Originally Posted by Lindsay1234
We haent seen the geneticist yet but the cardio doc says she is "Undiagnosed DiGeorge syndrome".
She has several of the markers for DiGeorge including ToF, hypocalcemia, hearing loss, kidney reflux and a couple others but the test came back negative.
The thing with her is that her face isnt symmetrical. One eyeball is larger than the other and so is one nostril. She has a characteristic DiGeorge ear fold but only on one side and not very prominent. She is hitting milestones and her motor skills are right on track. She doesnt want to eat becasue of an aversion, not because there is something malformed.
Her doc says we are going to treat her as a DiGeorge kid until we can get genetic testing (which is WAY at the bottom of her medial list!)
Connor has facial asymmetry, external and internal (and he has verified DiGeorge/VCFS/22q). His left side is smaller than his right, including his ear, nasal passageway (they thought he had choanal atresia at one point), his ear canal, his ear drum, his lower jaw (he had mild Pierre Robin Sequence), and even his larynx. I don't know if his left eye is smaller, but it is definitely different than his right. He doesn't have characteristic 22q eyes yet, his eyes are big and round, not too almond shaped or hooded (although sometimes I snap a picture of him at just the right angle and they look almond and hooded).
Have you looked into Stickler's or Hemifacial Microsomia? Or CHARGE? Those are other syndromes that come to mind that have facial asymmetry. It's been a while since I've research those, though.
22q has HUGE variability in its presentation, for example Connor has no cardiac involvement (a minor murmur found at 11 months), never had hypocalcemia (that we know of, although we didn't test for it until his diagnosis at 11 months, and sometimes they grow out of that).
Originally Posted by momtoalexsarah
Megans diagnosis is a CLINICAL diagnosis of VCFS (same a DiGeoge - normally a 22Q deletion) Her test has come back negative twice - they didn't belive it the first time. Her heart defect is minor (arotic stenosis at 1 year of age and is now withing proper tolerances) so it has corrected itself. Megan though had mild PRS as an infant and has the more severe form of submucus cleft palate (grade 2 full cleft soft palate and grade 2 submucus cleft of the hard palate) she also has hypertolism, mild hypotonia and mild immune deficency. Megans ears are a little "odd" but not quite typical for VCFS - as she gets older they are starting to cup out a little. She was a little delayed in gross motor, and very delayed in speech(still is as far as articulation -even 9 months post surgury). Her fine motor and cognative are at or above average. I think that as genetic technology gets more advanced they will find other genetic deletions/duplications ect that mimic 22qdel and I firmly belive that they should still allow for a clinical diagnosis of the syndrome even without a positive genetic test. There are many doctors - and parents groups that I've found will not accept a clinical diagnosis - this is frustrating on the part of the parents because we could gain so much knowlege from others with the same symptoms. Especially when this syndrome is treated by treating the symptoms and complications.

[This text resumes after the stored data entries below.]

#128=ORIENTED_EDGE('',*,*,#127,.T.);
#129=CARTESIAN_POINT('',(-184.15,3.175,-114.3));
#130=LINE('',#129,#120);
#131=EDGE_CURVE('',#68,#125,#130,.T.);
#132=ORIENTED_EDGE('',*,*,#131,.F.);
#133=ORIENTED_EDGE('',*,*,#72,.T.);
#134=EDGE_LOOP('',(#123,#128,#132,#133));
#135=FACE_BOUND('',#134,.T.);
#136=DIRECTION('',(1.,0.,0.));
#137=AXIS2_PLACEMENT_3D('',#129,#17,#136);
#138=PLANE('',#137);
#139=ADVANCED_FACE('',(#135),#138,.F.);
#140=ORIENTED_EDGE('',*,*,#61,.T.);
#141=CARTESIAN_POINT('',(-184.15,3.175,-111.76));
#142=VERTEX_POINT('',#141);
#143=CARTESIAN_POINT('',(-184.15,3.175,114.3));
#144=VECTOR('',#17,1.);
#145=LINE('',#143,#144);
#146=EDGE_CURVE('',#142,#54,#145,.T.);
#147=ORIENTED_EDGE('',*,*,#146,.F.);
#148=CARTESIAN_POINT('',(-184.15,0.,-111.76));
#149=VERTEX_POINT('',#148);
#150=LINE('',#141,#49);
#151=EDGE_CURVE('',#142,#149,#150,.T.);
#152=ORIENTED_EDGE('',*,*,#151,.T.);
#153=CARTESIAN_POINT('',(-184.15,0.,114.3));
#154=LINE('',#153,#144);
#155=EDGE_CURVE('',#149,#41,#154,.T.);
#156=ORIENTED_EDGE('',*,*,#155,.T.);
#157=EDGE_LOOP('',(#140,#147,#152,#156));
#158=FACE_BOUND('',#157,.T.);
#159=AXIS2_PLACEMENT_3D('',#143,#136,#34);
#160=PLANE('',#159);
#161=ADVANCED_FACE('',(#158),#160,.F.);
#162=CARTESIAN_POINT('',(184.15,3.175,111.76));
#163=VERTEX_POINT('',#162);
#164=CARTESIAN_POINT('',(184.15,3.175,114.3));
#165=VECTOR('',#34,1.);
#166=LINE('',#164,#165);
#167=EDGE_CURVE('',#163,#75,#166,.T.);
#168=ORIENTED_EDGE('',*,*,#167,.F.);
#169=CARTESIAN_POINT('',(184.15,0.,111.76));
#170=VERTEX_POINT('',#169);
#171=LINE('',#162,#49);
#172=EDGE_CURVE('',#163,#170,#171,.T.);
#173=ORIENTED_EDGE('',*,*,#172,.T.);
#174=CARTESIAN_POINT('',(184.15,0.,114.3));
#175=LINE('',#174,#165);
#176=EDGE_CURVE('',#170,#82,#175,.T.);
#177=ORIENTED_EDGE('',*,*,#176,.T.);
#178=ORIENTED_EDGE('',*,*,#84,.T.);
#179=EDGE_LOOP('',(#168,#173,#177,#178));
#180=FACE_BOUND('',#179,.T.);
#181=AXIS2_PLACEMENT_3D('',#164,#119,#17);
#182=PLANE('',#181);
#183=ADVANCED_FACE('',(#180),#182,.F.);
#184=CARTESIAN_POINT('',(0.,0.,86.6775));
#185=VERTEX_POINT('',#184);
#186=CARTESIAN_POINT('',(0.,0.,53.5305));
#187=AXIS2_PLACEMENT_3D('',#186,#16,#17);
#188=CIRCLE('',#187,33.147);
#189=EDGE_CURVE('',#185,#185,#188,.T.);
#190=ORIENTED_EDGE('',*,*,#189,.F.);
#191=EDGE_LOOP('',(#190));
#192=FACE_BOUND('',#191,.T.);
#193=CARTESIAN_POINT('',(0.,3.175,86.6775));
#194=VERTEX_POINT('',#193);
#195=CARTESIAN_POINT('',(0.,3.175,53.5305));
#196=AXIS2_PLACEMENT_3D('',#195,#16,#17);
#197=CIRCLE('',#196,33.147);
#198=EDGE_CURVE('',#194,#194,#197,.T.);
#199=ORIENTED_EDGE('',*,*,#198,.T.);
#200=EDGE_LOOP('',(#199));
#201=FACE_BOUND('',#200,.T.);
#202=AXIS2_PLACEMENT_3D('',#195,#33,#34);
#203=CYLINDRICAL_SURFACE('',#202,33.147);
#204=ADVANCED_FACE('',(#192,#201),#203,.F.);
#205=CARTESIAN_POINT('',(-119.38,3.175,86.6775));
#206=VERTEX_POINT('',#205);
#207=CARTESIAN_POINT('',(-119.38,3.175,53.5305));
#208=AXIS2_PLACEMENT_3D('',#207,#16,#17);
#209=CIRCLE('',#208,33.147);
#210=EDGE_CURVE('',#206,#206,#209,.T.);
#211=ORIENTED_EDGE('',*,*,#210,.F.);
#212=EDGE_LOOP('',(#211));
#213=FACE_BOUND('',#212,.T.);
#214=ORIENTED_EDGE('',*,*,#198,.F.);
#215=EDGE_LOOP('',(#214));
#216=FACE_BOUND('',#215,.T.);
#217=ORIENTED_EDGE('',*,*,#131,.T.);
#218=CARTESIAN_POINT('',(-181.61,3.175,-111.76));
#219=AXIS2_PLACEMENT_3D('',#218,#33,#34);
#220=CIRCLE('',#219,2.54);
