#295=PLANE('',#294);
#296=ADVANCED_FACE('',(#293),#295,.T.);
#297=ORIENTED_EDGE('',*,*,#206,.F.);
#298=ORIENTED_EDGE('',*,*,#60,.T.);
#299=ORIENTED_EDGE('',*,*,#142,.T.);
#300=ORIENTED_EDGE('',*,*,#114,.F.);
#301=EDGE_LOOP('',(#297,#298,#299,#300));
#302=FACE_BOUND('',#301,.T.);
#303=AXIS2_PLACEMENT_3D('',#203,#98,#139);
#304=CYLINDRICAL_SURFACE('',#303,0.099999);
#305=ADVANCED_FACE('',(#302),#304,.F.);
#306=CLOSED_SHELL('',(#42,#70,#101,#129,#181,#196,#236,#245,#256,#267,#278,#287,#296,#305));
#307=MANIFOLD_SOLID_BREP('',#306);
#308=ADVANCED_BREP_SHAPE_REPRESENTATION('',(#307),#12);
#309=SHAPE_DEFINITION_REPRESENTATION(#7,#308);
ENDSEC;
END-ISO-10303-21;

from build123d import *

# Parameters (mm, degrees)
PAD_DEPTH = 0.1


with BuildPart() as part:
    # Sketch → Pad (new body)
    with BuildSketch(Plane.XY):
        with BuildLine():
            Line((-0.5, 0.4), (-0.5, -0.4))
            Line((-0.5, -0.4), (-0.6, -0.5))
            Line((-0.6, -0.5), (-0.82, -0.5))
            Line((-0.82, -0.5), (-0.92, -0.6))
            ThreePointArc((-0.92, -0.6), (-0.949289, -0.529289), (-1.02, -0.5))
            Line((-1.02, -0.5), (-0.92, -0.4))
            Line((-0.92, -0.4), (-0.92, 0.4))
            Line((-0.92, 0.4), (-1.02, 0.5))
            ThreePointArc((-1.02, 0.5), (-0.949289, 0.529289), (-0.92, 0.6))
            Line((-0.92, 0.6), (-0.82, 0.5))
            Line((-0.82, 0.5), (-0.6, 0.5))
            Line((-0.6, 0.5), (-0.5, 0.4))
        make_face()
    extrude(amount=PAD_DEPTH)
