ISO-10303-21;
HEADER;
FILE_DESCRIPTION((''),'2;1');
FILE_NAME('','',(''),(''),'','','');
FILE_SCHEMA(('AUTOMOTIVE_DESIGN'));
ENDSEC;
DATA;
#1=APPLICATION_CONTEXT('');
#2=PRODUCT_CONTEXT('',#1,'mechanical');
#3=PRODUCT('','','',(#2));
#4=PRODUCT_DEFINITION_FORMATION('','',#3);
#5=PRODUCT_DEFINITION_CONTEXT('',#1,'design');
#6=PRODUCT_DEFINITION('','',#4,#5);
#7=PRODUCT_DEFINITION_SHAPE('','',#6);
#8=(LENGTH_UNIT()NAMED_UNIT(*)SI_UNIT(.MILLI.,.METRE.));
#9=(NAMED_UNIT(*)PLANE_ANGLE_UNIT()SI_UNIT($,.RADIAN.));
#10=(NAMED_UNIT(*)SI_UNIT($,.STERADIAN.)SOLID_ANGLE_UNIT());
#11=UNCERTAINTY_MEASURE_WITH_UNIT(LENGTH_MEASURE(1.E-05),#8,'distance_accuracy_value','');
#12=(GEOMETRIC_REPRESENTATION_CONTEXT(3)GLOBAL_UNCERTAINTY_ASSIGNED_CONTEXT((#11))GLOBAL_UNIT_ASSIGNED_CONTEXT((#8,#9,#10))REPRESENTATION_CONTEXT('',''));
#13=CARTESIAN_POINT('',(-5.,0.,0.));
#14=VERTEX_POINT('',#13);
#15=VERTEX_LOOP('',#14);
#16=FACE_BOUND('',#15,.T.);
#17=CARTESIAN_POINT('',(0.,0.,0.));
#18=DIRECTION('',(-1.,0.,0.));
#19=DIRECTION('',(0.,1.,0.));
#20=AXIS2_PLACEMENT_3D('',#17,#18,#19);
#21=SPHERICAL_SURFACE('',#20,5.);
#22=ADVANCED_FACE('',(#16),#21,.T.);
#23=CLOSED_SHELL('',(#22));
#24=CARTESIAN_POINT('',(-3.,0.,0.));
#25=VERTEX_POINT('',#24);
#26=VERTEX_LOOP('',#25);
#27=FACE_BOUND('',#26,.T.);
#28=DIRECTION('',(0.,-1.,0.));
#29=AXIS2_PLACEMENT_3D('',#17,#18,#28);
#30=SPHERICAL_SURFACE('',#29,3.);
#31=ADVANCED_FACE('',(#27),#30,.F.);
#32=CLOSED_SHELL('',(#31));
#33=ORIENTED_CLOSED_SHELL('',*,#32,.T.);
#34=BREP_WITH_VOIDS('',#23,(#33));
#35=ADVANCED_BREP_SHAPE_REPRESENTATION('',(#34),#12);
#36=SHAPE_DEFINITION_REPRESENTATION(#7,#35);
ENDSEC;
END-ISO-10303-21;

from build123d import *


with BuildPart() as part:
    # 草图1 → 旋转3 (revolve)
    with BuildSketch(Plane.XY):
        with BuildLine():
            Line((-5, 0), (-3, 0))
            ThreePointArc((-3, 0), (0, 3), (3, 0))
            Line((3, 0), (5, 0))
            ThreePointArc((5, 0), (0, 5), (-5, 0))
        make_face()
    revolve(axis=Axis((-5, 0, 0), (1, 0, 0)))


solid = part.part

This is going to sound like a silly question - but by any chance does your DD have blond hair and blue eyes - this seems to be very common in VCFS kids - my dd is and I personally know of 3 others - and 2 come from familys with darker hair and eyes
Well, you know what Connor looks like...light hair (not quite blonde) and BLUE BLUE eyes, but that comes from me. I know two other 22q kids locally, one is black, one is Lebanese. Both look like their parents, no more fair. All the "official" research claims that heritage means nothing for increasing the chances of the deletion, and that you can be of any race and have it, but I wonder if they'll eventually find that it's more common with certain gene combinations (i.e. if a child picks up a recessive light-skinned gene from both parents, are they more likely to pick up an instability on the 22nd chromosome??) Having said that, though, Connor looks just like my older son, and although we haven't tested our older son, there's no signs of any issues that would prompt us to test.
I'm pretty sure I"m going to have this new baby tested right away, though, because I don't think I'll be calm enough to sleep deeply until I know he's healthy. Connor's newborn stage and infant months were so hard on me, I want to have a picture of this baby's complete chromosomes as soon as possible.